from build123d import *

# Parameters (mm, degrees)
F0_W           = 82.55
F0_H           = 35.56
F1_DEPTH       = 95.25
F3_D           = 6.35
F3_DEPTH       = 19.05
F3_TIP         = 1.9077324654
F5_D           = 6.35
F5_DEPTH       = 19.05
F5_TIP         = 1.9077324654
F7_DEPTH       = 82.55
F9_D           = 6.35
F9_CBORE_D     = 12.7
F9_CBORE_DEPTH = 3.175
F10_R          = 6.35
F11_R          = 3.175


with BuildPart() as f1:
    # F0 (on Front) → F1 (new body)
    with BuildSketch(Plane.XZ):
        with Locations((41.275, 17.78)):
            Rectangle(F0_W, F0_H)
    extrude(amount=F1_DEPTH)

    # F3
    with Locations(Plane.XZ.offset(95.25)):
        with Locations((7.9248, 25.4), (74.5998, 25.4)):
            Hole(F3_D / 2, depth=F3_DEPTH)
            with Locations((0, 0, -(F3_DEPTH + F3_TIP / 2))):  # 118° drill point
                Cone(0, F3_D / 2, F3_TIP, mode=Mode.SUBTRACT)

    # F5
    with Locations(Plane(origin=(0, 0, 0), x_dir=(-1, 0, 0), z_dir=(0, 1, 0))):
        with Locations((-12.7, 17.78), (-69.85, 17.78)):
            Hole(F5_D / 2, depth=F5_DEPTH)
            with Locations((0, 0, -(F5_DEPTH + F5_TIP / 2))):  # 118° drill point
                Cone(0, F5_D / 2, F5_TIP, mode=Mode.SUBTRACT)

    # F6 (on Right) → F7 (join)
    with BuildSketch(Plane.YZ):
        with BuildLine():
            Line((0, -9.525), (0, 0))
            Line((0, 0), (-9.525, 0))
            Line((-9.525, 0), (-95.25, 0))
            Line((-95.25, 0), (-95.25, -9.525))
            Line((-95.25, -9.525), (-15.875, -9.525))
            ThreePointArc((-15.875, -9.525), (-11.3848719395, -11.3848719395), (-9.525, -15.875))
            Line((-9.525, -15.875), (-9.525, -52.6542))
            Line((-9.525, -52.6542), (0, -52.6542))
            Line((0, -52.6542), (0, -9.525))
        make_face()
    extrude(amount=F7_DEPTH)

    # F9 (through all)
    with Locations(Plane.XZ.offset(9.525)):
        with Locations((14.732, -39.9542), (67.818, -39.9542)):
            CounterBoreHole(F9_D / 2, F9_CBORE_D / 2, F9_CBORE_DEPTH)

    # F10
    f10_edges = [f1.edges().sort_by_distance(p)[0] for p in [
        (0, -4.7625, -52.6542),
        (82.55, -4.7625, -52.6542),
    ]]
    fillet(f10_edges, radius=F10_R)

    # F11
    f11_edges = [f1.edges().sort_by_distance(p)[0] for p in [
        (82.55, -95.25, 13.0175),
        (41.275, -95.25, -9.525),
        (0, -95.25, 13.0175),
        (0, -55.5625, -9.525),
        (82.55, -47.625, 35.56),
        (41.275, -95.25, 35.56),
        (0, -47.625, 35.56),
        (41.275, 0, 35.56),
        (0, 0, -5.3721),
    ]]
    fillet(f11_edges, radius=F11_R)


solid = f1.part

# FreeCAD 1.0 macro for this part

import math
import FreeCAD as App
import Part
import Sketcher
from FreeCAD import Vector
Q = App.Units.Quantity


def edges_at(feature, points):
    """Names of the edges that pass closest to the given points."""
    edges = feature.Shape.Edges
    near = lambda p: min(range(len(edges)), key=lambda i: edges[i].distToShape(Part.Vertex(*p))[0])
    return sorted({f"Edge{near(p) + 1}" for p in points})


def add_polygon(sketch, points):
    """Adds a closed chain of lines whose ends are joined by coincident constraints."""
    first, n = sketch.GeometryCount, len(points)
    for a, b in zip(points, points[1:] + points[:1]):
        sketch.addGeometry(Part.LineSegment(App.Vector(*a, 0), App.Vector(*b, 0)), False)
    for i in range(n):
        sketch.addConstraint(Sketcher.Constraint("Coincident", first + i, 2, first + (i + 1) % n, 1))

doc = App.newDocument("Part")
body = doc.addObject("PartDesign::Body", "Body")

# Sketch on XZ plane
sketch1 = body.newObject("Sketcher::SketchObject", "Sketch")
sketch1.AttachmentSupport = (doc.getObject("XZ_Plane"), [""])
sketch1.MapMode = "FlatFace"
add_polygon(sketch1, [(0, 36), (0, 0), (83, 0), (83, 36)])  # lines 0-3
sketch1.addConstraint([
    Sketcher.Constraint("Vertical", 0),
    Sketcher.Constraint("Horizontal", 1),
    Sketcher.Constraint("Vertical", 2),
    Sketcher.Constraint("Horizontal", 3),
    Sketcher.Constraint("Coincident", 0, 2, -1, 1),
    Sketcher.Constraint("DistanceY", 0, 2, 0, 1, Q("1.4 in")),
    Sketcher.Constraint("DistanceX", 1, 1, 1, 2, Q("3.25 in")),
])
pad1 = body.newObject("PartDesign::Pad", "Pad")
pad1.Profile = sketch1
pad1.Length = Q("3.75 in")

# Sketch on XZ plane
sketch2 = body.newObject("Sketcher::SketchObject", "Sketch001")
sketch2.AttachmentSupport = (doc.getObject("XZ_Plane"), [""])
sketch2.MapMode = "FlatFace"
sketch2.AttachmentOffset = App.Placement(Vector(0, 0, 3.75 * 25.4), App.Rotation())
sketch2.addGeometry([
    Part.Circle(Vector(7.9, 25.4, 0), Vector(0, 0, 1), 3.2),
    Part.Circle(Vector(74.6, 25.4, 0), Vector(0, 0, 1), 3.2),
], False)
sketch2.addConstraint([
    Sketcher.Constraint("Equal", 0, 1),
    Sketcher.Constraint("Horizontal", 0, 3, 1, 3),
    Sketcher.Constraint("Diameter", 0, Q("0.25 in")),
    Sketcher.Constraint("DistanceY", -1, 1, 0, 3, Q("1 in")),
    Sketcher.Constraint("DistanceX", -1, 1, 0, 3, Q("0.312 in")),
    Sketcher.Constraint("DistanceX", -1, 1, 1, 3, Q("2.937 in")),
])
doc.recompute()
hole = body.newObject("PartDesign::Hole", "Hole")
hole.Profile = sketch2
hole.ThreadType = "None"
hole.Diameter = Q("0.25 in")
hole.DepthType = "Dimension"
hole.Depth = Q("0.75 in")
hole.DrillPoint = "Angled"
hole.DrillPointAngle = 118

# Sketch on XZ plane
sketch3 = body.newObject("Sketcher::SketchObject", "Sketch002")
sketch3.AttachmentSupport = (doc.getObject("XZ_Plane"), [""])
sketch3.MapMode = "FlatFace"
sketch3.addGeometry([
    Part.Circle(Vector(12.7, 17.8, 0), Vector(0, 0, 1), 3.2),
    Part.Circle(Vector(69.8, 17.8, 0), Vector(0, 0, 1), 3.2),
], False)
sketch3.addConstraint([
    Sketcher.Constraint("Equal", 0, 1),
    Sketcher.Constraint("Horizontal", 0, 3, 1, 3),
    Sketcher.Constraint("Diameter", 0, Q("0.25 in")),
    Sketcher.Constraint("DistanceX", -1, 1, 0, 3, Q("0.5 in")),
    Sketcher.Constraint("DistanceY", -1, 1, 0, 3, Q("0.7 in")),
    Sketcher.Constraint("DistanceX", -1, 1, 1, 3, Q("2.75 in")),
])
doc.recompute()
hole2 = body.newObject("PartDesign::Hole", "Hole001")
hole2.Profile = sketch3
hole2.ThreadType = "None"
hole2.Diameter = Q("0.25 in")
hole2.DepthType = "Dimension"
hole2.Depth = Q("0.75 in")
hole2.DrillPoint = "Angled"
hole2.DrillPointAngle = 118
hole2.Reversed = True

# Sketch on YZ plane
sketch4 = body.newObject("Sketcher::SketchObject", "Sketch003")
sketch4.AttachmentSupport = (doc.getObject("YZ_Plane"), [""])
sketch4.MapMode = "FlatFace"
sketch4.addGeometry([
    Part.LineSegment(Vector(0, 0, 0), Vector(-95, 0, 0)),  # 0
    Part.LineSegment(Vector(-95, 0, 0), Vector(-95, -10, 0)),  # 1
    Part.LineSegment(Vector(-95, -10, 0), Vector(-16, -10, 0)),  # 2
    Part.ArcOfCircle(Part.Circle(Vector(-16, -16, 0), Vector(0, 0, 1), 6), math.radians(0), math.radians(90)),  # 3
    Part.LineSegment(Vector(-10, -16, 0), Vector(-10, -53, 0)),  # 4
    Part.LineSegment(Vector(-10, -53, 0), Vector(0, -53, 0)),  # 5
    Part.LineSegment(Vector(0, -53, 0), Vector(0, 0, 0)),  # 6
], False)
sketch4.addConstraint([
    Sketcher.Constraint("Coincident", 0, 2, 1, 1),
    Sketcher.Constraint("Coincident", 1, 2, 2, 1),
    Sketcher.Constraint("Tangent", 2, 2, 3, 2),
    Sketcher.Constraint("Tangent", 3, 1, 4, 1),
    Sketcher.Constraint("Coincident", 4, 2, 5, 1),
    Sketcher.Constraint("Coincident", 5, 2, 6, 1),
    Sketcher.Constraint("Coincident", 6, 2, 0, 1),
    Sketcher.Constraint("Horizontal", 0),
    Sketcher.Constraint("Vertical", 1),
    Sketcher.Constraint("Horizontal", 2),
    Sketcher.Constraint("Vertical", 4),
    Sketcher.Constraint("Horizontal", 5),
    Sketcher.Constraint("Vertical", 6),
    Sketcher.Constraint("Coincident", 6, 2, -1, 1),
    Sketcher.Constraint("Equal", 5, 1),
    Sketcher.Constraint("Radius", 3, Q("0.25 in")),
    Sketcher.Constraint("DistanceX", 0, 2, 0, 1, Q("3.75 in")),
    Sketcher.Constraint("DistanceX", 2, 1, 2, 2, Q("3.125 in")),
    Sketcher.Constraint("DistanceY", 4, 2, 4, 1, Q("1.448 in")),
])
pad2 = body.newObject("PartDesign::Pad", "Pad001")
pad2.Profile = sketch4
pad2.Length = Q("3.25 in")

# Sketch on XZ plane
sketch5 = body.newObject("Sketcher::SketchObject", "Sketch004")
sketch5.AttachmentSupport = (doc.getObject("XZ_Plane"), [""])
sketch5.MapMode = "FlatFace"
sketch5.AttachmentOffset = App.Placement(Vector(0, 0, 0.375 * 25.4), App.Rotation())
sketch5.addGeometry([
    Part.Circle(Vector(14.7, -40, 0), Vector(0, 0, 1), 3.2),
    Part.Circle(Vector(67.8, -40, 0), Vector(0, 0, 1), 3.2),
], False)
sketch5.addConstraint([
    Sketcher.Constraint("Equal", 0, 1),
    Sketcher.Constraint("Horizontal", 0, 3, 1, 3),
    Sketcher.Constraint("Diameter", 0, Q("0.25 in")),
    Sketcher.Constraint("DistanceX", -1, 1, 0, 3, Q("0.58 in")),
    Sketcher.Constraint("DistanceX", -1, 1, 1, 3, Q("2.67 in")),
    Sketcher.Constraint("DistanceY", 0, 3, -1, 1, Q("1.573 in")),
])
doc.recompute()
hole3 = body.newObject("PartDesign::Hole", "Hole002")
hole3.Profile = sketch5
hole3.ThreadType = "None"
hole3.Diameter = Q("0.25 in")
hole3.DepthType = "ThroughAll"
hole3.HoleCutType = "Counterbore"
hole3.HoleCutDiameter = Q("0.5 in")
hole3.HoleCutDepth = Q("0.125 in")
doc.recompute()

fillet = body.newObject("PartDesign::Fillet", "Fillet")
fillet.Base = (hole3, edges_at(hole3, [(0, -4.763, -52.654), (82.55, -4.763, -52.654)]))
fillet.Radius = Q("0.25 in")
doc.recompute()

fillet2 = body.newObject("PartDesign::Fillet", "Fillet001")
fillet2.Base = (fillet, edges_at(fillet, [
    (82.55, -95.25, 13.018),
    (41.275, -95.25, -9.525),
    (0, -95.25, 13.018),
    (0, -55.562, -9.525),
    (82.55, -47.625, 35.56),
    (41.275, -95.25, 35.56),
    (0, -47.625, 35.56),
    (41.275, 0, 35.56),
    (0, 0, -5.372),
]))
fillet2.Radius = Q("0.125 in")

doc.recompute()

━━━

_What the task asks_:
After identifying the lines above that contain "extrude", copy each one.

_Response to the task_:
    extrude(amount=F1_DEPTH)
    extrude(amount=F7_DEPTH)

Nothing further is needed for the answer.